I'm sure that Toby will be playing with his friends - anniversaries are so tough, even though we know they are coming up they still manage to hurt

Run free and sleep softly Toby


----------



## honeysmum (Dec 4, 2007)

Toby was a very handsome boy, Anniversary's are so hard, run free Toby.


----------



## GoldenJoyx'stwo (Feb 25, 2007)

They sure do live in our hearts forever. They actually climb right into our souls. Hugs for you and sweet thoughts for Toby...


----------



## SoGolden (Jul 17, 2008)

Beautiful dog. Beautiful photos. 
You only had ten years together; yet, Toby Murray will live forever in your heart.


----------



## BeauShel (May 20, 2007)

Days like today are such sad anniversaries. Do a celebration of all your good times and happy memories. It will help to lessen the pain alittle. Run Free Sweet Boy you are loved still and missed greatly.


----------



## ggdenny (Nov 2, 2008)

He was a beautiful boy and I'm sure he absolutely loved the 10 years he spent with you. My sympathy.


----------



## amy22 (May 11, 2008)

What a handsome guy Toby was. Anniversaries such as this are very difficult..Im sorry for your loss..RIP Toby


----------



## Karen519 (Aug 21, 2006)

*Toby*

Toby:

What a handsome guy!

Run free at the Rainbow Bridge dear Toby and tell Munchkin, Gizmo and Mimi I love them!!!


----------



## tobelevski (May 10, 2005)

Thank you for your kind thoughts. When my dad was dying , I told him Toby would be waiting to show him around and find my mum.


----------



## Debles (Sep 6, 2007)

Anniversaries are so hard, Toby was gorgeous and had a great loving life.


----------



## 3 goldens (Sep 30, 2005)

Toby was beautiful. We learn to live without them but we never forget them and will always miss their warm bodies at our side.


----------



## Meggie'sMom (Dec 24, 2007)

Looks like Toby led the best kind of life for a golden.
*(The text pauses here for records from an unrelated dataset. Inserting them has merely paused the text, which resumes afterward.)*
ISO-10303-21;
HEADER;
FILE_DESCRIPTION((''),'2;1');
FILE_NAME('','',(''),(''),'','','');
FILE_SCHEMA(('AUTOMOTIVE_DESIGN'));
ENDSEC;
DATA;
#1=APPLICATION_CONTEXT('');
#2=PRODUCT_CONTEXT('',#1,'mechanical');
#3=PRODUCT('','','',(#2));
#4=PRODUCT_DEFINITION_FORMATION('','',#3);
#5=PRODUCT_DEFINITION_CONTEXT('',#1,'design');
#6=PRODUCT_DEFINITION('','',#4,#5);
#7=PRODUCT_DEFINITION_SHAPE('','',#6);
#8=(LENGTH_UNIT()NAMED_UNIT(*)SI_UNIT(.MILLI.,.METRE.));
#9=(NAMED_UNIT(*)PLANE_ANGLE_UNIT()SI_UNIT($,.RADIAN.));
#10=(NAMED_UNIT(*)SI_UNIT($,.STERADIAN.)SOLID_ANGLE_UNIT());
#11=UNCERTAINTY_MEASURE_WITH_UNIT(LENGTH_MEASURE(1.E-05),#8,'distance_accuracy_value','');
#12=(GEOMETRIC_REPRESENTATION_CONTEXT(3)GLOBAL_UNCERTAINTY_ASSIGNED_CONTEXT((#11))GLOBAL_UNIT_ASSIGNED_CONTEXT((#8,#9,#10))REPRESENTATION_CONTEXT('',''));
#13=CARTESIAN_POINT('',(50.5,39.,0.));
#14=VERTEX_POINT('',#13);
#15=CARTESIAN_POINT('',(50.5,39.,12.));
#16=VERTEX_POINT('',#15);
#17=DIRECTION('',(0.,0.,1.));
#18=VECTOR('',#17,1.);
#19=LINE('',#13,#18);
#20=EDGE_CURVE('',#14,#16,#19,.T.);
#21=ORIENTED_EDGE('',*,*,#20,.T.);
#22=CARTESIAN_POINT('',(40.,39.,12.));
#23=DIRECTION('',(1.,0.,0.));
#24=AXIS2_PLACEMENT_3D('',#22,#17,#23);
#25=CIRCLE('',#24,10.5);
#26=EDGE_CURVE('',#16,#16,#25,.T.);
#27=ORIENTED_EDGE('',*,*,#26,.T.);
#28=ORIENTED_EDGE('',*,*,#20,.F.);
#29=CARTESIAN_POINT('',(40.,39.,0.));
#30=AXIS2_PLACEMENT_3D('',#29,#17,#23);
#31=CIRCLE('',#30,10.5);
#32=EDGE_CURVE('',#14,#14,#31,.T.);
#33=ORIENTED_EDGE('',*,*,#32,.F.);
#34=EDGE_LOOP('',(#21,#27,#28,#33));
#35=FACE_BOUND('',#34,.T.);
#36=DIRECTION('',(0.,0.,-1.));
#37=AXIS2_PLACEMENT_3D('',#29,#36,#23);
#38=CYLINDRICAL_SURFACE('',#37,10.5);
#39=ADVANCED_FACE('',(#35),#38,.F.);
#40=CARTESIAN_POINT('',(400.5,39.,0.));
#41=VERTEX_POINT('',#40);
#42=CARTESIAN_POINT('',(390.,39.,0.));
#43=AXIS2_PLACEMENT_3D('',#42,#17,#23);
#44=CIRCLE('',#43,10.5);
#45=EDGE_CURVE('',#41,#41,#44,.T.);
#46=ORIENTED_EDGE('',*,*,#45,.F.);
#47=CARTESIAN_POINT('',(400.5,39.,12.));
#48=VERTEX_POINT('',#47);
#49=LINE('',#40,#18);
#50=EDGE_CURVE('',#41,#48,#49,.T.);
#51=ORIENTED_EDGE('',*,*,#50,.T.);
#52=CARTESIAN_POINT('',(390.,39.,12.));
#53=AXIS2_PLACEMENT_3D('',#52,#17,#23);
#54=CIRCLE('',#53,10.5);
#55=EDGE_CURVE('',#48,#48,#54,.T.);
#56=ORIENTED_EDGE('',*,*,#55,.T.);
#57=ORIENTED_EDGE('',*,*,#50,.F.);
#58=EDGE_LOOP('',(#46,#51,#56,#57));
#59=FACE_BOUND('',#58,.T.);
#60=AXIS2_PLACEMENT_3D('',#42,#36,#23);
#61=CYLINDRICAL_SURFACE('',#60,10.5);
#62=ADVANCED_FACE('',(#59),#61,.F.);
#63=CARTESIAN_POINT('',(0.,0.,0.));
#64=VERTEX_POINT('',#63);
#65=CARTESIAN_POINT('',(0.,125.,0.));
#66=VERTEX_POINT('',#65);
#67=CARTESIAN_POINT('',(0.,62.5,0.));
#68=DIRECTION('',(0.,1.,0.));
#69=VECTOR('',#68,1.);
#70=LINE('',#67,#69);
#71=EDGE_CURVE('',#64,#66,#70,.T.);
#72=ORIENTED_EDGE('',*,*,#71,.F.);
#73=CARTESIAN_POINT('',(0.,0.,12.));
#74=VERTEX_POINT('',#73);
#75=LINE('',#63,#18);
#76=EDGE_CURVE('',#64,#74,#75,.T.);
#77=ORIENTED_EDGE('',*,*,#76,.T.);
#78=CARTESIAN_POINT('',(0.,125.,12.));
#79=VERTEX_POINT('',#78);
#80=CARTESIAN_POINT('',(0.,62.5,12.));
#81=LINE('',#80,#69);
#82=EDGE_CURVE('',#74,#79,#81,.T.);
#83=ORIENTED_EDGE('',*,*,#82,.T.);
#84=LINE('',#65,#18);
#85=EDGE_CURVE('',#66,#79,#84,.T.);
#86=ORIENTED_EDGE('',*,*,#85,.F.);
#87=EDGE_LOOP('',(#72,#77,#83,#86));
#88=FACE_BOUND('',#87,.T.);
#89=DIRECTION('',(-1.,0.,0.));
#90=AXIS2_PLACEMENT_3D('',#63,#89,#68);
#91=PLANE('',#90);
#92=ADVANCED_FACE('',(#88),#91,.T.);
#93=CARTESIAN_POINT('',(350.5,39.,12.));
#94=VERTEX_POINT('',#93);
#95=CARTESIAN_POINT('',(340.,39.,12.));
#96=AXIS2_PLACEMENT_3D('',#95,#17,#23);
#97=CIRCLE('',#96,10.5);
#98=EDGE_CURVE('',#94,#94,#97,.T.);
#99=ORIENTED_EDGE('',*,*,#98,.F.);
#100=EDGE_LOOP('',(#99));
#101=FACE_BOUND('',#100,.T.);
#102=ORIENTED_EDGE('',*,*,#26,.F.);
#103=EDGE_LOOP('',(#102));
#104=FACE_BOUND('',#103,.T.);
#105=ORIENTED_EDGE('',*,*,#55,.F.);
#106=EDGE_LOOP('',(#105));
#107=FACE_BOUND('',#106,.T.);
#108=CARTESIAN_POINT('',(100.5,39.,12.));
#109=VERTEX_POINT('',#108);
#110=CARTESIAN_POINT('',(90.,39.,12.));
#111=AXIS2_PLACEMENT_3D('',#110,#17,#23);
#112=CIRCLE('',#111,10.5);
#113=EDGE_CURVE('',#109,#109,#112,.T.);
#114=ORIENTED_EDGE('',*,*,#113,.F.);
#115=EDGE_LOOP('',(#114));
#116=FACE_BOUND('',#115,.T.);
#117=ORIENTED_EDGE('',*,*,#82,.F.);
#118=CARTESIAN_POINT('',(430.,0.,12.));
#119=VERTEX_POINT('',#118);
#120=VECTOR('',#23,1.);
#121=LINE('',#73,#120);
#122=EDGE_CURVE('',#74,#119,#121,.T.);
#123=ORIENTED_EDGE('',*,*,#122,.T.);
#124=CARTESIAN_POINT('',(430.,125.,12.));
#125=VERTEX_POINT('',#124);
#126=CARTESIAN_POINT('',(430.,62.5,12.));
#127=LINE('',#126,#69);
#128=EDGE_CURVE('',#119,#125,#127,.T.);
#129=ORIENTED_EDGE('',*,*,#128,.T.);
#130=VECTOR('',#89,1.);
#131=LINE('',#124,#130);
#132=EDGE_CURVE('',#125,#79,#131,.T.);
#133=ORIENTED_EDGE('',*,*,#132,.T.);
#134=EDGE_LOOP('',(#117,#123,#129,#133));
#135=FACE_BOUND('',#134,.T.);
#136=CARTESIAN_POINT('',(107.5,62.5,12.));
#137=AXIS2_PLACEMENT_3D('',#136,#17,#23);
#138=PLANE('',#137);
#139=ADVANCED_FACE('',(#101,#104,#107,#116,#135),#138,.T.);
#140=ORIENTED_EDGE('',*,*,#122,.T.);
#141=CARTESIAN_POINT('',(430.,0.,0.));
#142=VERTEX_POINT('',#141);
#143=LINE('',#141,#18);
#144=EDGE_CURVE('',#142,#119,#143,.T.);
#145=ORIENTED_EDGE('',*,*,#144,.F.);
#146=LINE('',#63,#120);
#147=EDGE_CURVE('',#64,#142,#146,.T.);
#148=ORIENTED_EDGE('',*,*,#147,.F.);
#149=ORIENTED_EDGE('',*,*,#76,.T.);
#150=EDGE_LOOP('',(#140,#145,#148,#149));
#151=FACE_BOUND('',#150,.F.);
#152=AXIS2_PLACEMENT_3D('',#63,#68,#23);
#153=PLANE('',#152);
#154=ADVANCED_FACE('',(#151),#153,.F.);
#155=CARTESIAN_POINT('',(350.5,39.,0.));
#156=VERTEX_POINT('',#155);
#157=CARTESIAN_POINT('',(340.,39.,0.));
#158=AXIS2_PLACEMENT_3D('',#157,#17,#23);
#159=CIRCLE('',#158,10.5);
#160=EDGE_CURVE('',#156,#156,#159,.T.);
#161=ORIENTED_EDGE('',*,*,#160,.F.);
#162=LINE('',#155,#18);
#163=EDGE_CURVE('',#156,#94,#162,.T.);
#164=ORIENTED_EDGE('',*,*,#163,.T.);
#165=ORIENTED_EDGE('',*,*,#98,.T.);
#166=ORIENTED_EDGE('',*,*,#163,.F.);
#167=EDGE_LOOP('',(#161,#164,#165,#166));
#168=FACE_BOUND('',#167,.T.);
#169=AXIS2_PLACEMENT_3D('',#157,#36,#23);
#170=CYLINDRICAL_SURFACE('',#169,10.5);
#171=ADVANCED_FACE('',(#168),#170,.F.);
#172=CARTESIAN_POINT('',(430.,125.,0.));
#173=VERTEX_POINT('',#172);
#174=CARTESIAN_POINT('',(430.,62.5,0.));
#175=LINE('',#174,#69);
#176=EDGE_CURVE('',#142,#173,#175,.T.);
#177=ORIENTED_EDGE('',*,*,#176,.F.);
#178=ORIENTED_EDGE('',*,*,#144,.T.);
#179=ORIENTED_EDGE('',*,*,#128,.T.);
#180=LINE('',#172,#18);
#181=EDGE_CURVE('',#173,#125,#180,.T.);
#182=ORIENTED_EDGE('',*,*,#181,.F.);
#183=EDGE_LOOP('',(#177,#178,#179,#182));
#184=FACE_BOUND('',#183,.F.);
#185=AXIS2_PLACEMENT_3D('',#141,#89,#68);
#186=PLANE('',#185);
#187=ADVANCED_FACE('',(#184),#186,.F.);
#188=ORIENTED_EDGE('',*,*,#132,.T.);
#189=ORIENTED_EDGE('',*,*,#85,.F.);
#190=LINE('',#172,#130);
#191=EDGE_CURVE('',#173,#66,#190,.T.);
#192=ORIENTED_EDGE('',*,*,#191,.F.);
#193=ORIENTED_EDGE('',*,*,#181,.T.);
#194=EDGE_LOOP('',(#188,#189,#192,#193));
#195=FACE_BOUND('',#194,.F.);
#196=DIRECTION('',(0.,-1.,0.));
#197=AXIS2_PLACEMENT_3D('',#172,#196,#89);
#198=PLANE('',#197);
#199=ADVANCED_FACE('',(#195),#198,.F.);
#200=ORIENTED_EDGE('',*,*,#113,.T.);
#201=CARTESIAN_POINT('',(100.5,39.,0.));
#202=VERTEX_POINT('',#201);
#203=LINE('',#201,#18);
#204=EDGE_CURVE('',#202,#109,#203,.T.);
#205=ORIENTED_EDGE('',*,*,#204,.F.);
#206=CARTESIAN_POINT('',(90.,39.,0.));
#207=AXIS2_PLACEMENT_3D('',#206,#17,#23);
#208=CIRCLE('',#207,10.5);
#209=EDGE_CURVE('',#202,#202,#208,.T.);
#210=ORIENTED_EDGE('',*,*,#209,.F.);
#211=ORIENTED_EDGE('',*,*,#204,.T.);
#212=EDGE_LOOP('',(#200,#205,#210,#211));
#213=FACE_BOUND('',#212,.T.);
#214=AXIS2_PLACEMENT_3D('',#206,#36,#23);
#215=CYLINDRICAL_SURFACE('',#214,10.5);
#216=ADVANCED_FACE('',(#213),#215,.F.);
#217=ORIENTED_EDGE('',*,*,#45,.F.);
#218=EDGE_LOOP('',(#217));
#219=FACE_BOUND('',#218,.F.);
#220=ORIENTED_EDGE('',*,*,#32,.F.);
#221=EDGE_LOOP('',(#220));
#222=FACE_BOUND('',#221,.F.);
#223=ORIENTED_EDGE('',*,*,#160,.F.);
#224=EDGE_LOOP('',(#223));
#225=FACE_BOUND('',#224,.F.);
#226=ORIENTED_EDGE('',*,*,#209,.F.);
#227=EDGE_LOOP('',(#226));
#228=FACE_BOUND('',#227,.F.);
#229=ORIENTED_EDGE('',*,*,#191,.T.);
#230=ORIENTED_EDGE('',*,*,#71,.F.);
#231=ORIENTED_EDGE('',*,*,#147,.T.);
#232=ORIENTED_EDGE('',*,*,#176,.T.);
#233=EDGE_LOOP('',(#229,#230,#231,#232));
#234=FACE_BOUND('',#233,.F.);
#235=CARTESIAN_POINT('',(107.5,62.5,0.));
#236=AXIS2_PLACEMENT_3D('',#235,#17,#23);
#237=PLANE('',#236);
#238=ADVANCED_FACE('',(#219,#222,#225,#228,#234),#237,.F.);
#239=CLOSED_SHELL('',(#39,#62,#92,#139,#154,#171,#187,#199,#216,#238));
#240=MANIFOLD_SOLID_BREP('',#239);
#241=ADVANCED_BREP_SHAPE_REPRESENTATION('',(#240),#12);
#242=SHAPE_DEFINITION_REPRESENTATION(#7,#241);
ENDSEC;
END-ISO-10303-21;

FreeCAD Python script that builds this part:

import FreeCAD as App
import Part
import Sketcher

V = App.Vector
Q = App.Units.Quantity

doc = App.newDocument("Part")
body = doc.addObject("PartDesign::Body", "Body")

# Sketch on XY plane
sketch1 = doc.addObject("Sketcher::SketchObject", "Sketch")
body.addObject(sketch1)
sketch1.AttachmentSupport = (doc.XY_Plane, [""])
sketch1.MapMode = "FlatFace"
sketch1.addGeometry([
    Part.LineSegment(V(0, 125, 0), V(0, 0, 0)),  # 0
    Part.LineSegment(V(0, 0, 0), V(430, 0, 0)),  # 1
    Part.LineSegment(V(430, 0, 0), V(430, 125, 0)),  # 2
    Part.LineSegment(V(430, 125, 0), V(0, 125, 0)),  # 3
    Part.Circle(V(40, 39, 0), V(0, 0, 1), 10),  # 4
    Part.Circle(V(90, 39, 0), V(0, 0, 1), 10),  # 5
    Part.Circle(V(340, 39, 0), V(0, 0, 1), 10),  # 6
    Part.Circle(V(390, 39, 0), V(0, 0, 1), 10),  # 7
], False)
sketch1.addConstraint([
    Sketcher.Constraint("Coincident", 0, 2, 1, 1),
    Sketcher.Constraint("Coincident", 1, 2, 2, 1),
    Sketcher.Constraint("Coincident", 2, 2, 3, 1),
    Sketcher.Constraint("Coincident", 3, 2, 0, 1),
    Sketcher.Constraint("Vertical", 0),
    Sketcher.Constraint("Horizontal", 1),
    Sketcher.Constraint("Vertical", 2),
    Sketcher.Constraint("Horizontal", 3),
    Sketcher.Constraint("Coincident", 0, 2, -1, 1),
    Sketcher.Constraint("Equal", 4, 5),
    Sketcher.Constraint("Equal", 5, 6),
    Sketcher.Constraint("Equal", 6, 7),
    Sketcher.Constraint("Horizontal", 4, 3, 5, 3),
    Sketcher.Constraint("Horizontal", 5, 3, 6, 3),
    Sketcher.Constraint("Horizontal", 6, 3, 7, 3),
    Sketcher.Constraint("Diameter", 4, Q("21 mm")),
    Sketcher.Constraint("DistanceX", 1, 1, 1, 2, Q("430 mm")),
    Sketcher.Constraint("DistanceY", 0, 2, 0, 1, Q("125 mm")),
    Sketcher.Constraint("DistanceX", -1, 1, 4, 3, Q("40 mm")),
    Sketcher.Constraint("DistanceY", -1, 1, 4, 3, Q("39 mm")),
    Sketcher.Constraint("DistanceX", -1, 1, 5, 3, Q("90 mm")),
    Sketcher.Constraint("DistanceX", -1, 1, 6, 3, Q("340 mm")),
    Sketcher.Constraint("DistanceX", -1, 1, 7, 3, Q("390 mm")),
])
pad1 = doc.addObject("PartDesign::Pad", "Pad")
body.addObject(pad1)
pad1.Profile = sketch1
pad1.Length = 12

doc.recompute()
I'm sure he and your dad are enjoying each other.


----------



## Elisabeth Kazup (Aug 23, 2008)

Ten years is not long enough. 100 years is not long enough.

I hope your heart has mended a little and found another Golden to love.

((((((((((((hugs))))))))))))))


----------



## sharlin (Feb 26, 2007)

Play Hard Sweet Boy~Godspeed & Love


----------